For a bit more added flexibility, and to avoid having to comment/uncomment that line all the time, I make debugging a configurable option via MSBuild.

There are two parts to enabling MSBuild configuration for your generator:

Declaring the name of the property in targets file
Reading it in the generator.

For debugging I define the following properties in a file named after the generator package ID (i.e. ThisAssembly.Metadata.targets):

<Project>
  <ItemGroup>
    <CompilerVisibleProperty Include="DebugSourceGenerators" />
    <CompilerVisibleProperty Include="DebugThisAssemblyMetadata" />
  </ItemGroup>
</Project>

The first property, when set to true in a build, will cause the Debugger.Launch to run for all generators. The second allow debugging a specific generator instead. Usage would be: msbuild -p:DebugThisAssemblyMetadata=true, for example.

We next have to include the targets file with the analyzer, but it needs to go to the build package folder.

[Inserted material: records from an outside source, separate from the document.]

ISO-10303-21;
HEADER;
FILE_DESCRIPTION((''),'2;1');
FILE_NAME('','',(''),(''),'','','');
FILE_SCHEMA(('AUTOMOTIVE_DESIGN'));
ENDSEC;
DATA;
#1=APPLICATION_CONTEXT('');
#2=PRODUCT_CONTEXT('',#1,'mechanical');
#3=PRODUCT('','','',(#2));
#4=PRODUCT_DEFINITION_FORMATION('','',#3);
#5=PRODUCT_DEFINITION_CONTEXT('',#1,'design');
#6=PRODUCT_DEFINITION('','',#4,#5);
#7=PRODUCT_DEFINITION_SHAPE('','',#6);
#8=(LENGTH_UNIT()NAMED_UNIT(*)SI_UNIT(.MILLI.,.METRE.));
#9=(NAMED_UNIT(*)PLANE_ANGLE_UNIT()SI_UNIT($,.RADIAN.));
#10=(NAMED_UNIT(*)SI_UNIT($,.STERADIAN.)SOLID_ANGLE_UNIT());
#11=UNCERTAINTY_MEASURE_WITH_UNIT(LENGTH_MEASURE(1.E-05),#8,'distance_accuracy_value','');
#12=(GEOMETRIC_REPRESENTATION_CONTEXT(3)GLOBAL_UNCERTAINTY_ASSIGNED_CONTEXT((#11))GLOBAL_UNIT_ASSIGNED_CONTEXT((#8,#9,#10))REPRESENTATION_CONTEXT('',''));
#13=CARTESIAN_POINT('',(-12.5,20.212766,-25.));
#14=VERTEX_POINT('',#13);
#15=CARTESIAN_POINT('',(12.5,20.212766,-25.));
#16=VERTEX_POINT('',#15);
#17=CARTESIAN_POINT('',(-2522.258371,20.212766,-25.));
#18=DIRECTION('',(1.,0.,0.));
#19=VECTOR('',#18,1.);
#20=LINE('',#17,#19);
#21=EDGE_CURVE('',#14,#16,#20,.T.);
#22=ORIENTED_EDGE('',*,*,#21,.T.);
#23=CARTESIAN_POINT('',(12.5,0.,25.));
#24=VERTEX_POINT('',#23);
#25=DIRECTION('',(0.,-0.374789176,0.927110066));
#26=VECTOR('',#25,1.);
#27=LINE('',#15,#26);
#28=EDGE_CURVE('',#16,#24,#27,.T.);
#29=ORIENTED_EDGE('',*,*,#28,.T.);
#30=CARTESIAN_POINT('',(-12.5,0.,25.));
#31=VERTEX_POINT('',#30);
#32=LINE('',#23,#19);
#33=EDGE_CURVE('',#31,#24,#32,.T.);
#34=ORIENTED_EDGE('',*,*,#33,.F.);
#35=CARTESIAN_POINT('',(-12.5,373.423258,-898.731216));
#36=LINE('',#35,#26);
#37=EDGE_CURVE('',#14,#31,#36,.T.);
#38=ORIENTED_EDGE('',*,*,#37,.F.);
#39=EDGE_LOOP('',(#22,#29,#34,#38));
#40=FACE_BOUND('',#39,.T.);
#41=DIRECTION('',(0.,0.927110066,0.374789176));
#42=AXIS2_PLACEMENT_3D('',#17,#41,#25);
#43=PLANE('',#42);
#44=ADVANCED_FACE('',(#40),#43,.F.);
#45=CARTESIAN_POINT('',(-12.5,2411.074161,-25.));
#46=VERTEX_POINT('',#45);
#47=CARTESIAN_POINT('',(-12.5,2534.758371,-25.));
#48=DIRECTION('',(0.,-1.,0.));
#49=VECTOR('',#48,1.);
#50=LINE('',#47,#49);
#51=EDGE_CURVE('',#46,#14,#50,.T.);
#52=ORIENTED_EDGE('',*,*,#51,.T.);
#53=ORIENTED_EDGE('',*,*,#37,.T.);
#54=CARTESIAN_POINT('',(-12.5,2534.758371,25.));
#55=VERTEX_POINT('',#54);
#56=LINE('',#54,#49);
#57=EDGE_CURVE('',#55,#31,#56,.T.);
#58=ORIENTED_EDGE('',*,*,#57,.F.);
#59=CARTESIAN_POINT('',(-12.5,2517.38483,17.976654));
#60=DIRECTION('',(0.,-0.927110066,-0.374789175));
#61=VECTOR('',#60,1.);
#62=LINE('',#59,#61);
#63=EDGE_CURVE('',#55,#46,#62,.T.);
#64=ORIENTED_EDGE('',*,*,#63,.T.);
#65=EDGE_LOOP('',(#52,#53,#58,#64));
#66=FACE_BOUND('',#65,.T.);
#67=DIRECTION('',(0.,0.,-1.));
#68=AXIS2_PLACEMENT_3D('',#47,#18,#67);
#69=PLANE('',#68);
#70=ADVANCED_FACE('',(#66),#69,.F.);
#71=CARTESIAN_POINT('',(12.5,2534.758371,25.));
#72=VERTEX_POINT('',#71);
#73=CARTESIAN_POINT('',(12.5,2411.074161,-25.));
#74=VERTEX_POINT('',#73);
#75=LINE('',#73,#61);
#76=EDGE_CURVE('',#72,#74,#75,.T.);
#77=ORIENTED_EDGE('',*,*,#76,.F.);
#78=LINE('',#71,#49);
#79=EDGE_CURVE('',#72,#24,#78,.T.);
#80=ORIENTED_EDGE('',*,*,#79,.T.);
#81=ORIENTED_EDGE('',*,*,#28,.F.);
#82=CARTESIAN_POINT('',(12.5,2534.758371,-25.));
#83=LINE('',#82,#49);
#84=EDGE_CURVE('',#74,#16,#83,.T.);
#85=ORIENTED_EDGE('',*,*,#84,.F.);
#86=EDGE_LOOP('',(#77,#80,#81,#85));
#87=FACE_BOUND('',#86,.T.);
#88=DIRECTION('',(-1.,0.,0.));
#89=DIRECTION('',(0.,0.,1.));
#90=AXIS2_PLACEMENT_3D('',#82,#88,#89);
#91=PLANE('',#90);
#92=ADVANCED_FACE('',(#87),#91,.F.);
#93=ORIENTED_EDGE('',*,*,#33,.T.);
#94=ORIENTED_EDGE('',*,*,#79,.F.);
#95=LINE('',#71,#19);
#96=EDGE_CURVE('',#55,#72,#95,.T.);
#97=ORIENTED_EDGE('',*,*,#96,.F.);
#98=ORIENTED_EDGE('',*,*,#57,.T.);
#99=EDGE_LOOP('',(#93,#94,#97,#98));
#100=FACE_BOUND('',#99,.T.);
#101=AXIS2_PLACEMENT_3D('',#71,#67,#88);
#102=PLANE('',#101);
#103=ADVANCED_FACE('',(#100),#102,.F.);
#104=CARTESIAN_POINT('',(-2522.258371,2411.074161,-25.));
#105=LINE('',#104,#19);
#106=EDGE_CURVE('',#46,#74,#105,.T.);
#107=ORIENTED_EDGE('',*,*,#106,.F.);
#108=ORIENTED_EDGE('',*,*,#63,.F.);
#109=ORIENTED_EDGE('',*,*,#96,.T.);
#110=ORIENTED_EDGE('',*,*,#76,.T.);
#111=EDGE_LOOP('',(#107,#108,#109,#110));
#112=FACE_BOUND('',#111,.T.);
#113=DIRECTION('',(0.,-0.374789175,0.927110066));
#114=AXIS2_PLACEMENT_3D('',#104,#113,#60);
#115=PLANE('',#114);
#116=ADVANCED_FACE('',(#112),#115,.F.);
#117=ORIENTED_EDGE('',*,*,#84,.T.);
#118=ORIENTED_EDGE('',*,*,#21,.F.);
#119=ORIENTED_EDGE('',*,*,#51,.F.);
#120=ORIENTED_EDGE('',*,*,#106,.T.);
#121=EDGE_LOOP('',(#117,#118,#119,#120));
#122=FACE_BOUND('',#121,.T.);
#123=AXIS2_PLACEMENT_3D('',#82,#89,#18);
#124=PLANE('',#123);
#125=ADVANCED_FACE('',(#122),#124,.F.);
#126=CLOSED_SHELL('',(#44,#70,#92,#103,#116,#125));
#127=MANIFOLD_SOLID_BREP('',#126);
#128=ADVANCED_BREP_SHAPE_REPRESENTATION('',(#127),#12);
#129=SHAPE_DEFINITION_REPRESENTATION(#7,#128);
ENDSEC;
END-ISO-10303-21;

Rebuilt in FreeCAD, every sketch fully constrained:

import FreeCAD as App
import Part
import Sketcher


def add_polygon(sketch, points):
    """Adds a closed chain of lines whose ends are joined by coincident constraints."""
    first, n = sketch.GeometryCount, len(points)
    for a, b in zip(points, points[1:] + points[:1]):
        sketch.addGeometry(Part.LineSegment(App.Vector(*a, 0), App.Vector(*b, 0)), False)
    for i in range(n):
        sketch.addConstraint(Sketcher.Constraint("Coincident", first + i, 2, first + (i + 1) % n, 1))

doc = App.newDocument("Part")
body = doc.addObject("PartDesign::Body", "Body")

# Sketch on XZ plane
sketch1 = body.newObject("Sketcher::SketchObject", "Sketch")
sketch1.AttachmentSupport = (doc.getObject("XZ_Plane"), [""])
sketch1.MapMode = "FlatFace"
add_polygon(sketch1, [(-12, -25), (-12, 25), (12, 25), (12, -25)])  # lines 0-3
sketch1.addConstraint([
    Sketcher.Constraint("Vertical", 0),
    Sketcher.Constraint("Horizontal", 1),
    Sketcher.Constraint("Vertical", 2),
    Sketcher.Constraint("Horizontal", 3),
    Sketcher.Constraint("Symmetric", 0, 2, 2, 2, -1, 1),
    Sketcher.Constraint("DistanceX", 1, 1, 1, 2, 25.0),
    Sketcher.Constraint("DistanceY", 0, 1, 0, 2, 50.0),
])
pad1 = body.newObject("PartDesign::Pad", "Pad")
pad1.Profile = sketch1
pad1.Length = 2534.758371
pad1.Reversed = True

# Sketch on YZ plane
sketch2 = body.newObject("Sketcher::SketchObject", "Sketch001")
sketch2.AttachmentSupport = (doc.getObject("YZ_Plane"), [""])
sketch2.MapMode = "FlatFace"
sketch2.AttachmentOffset = App.Placement(App.Vector(0, 0, 12.5), App.Rotation())
add_polygon(sketch2, [(0, -25), (20, -25), (0, 25)])  # lines 0-2
add_polygon(sketch2, [(2411, -25), (2535, -25), (2535, 25)])  # lines 3-5
sketch2.addConstraint([
    Sketcher.Constraint("Horizontal", 0),
    Sketcher.Constraint("Vertical", 2),
    Sketcher.Constraint("Horizontal", 3),
    Sketcher.Constraint("Vertical", 4),
    Sketcher.Constraint("Symmetric", 1, 2, 2, 2, -1, 1),
    Sketcher.Constraint("Perpendicular", 1, 5),
    Sketcher.Constraint("Horizontal", 2, 2, 3, 2),
    Sketcher.Constraint("Horizontal", 1, 2, 4, 2),
    Sketcher.Constraint("DistanceY", 2, 2, 2, 1, 50.0),
    Sketcher.Constraint("DistanceX", 3, 1, 3, 2, 123.684211),
    Sketcher.Constraint("DistanceX", -1, 1, 3, 2, 2534.758371),
])
pocket1 = body.newObject("PartDesign::Pocket", "Pocket")
pocket1.Profile = sketch2
pocket1.Length = 2534.758371

doc.recompute()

This can be done generically too in the Directory.Build.targets:

  <ItemGroup>
    <_PackageFiles Include="*.props" PackagePath="build/$(TargetFramework)" />
    <_PackageFiles Include="*.targets" PackagePath="build/$(TargetFramework)" />
  </ItemGroup>

(I include .props generically too since some generators need those too)

Finally, the debugger check helper:

static class GeneratorExtensions
{
    public static void CheckDebugger(this GeneratorExecutionContext context, string generatorName)
    {
        if (context.AnalyzerConfigOptions.GlobalOptions.TryGetValue("build_property.DebugSourceGenerators", out var debugValue) &&
            bool.TryParse(debugValue, out var shouldDebug) &&
            shouldDebug)
        {
            Debugger.Launch();
        }
        else if (context.AnalyzerConfigOptions.GlobalOptions.TryGetValue("build_property.Debug" + generatorName, out debugValue) &&
            bool.TryParse(debugValue, out shouldDebug) &&
            shouldDebug)
        {
            Debugger.Launch();
        }
    }
}

NOTE: if I wanted this capability only for DEBUG builds, I could simply add [Conditional("DEBUG")] to the above method.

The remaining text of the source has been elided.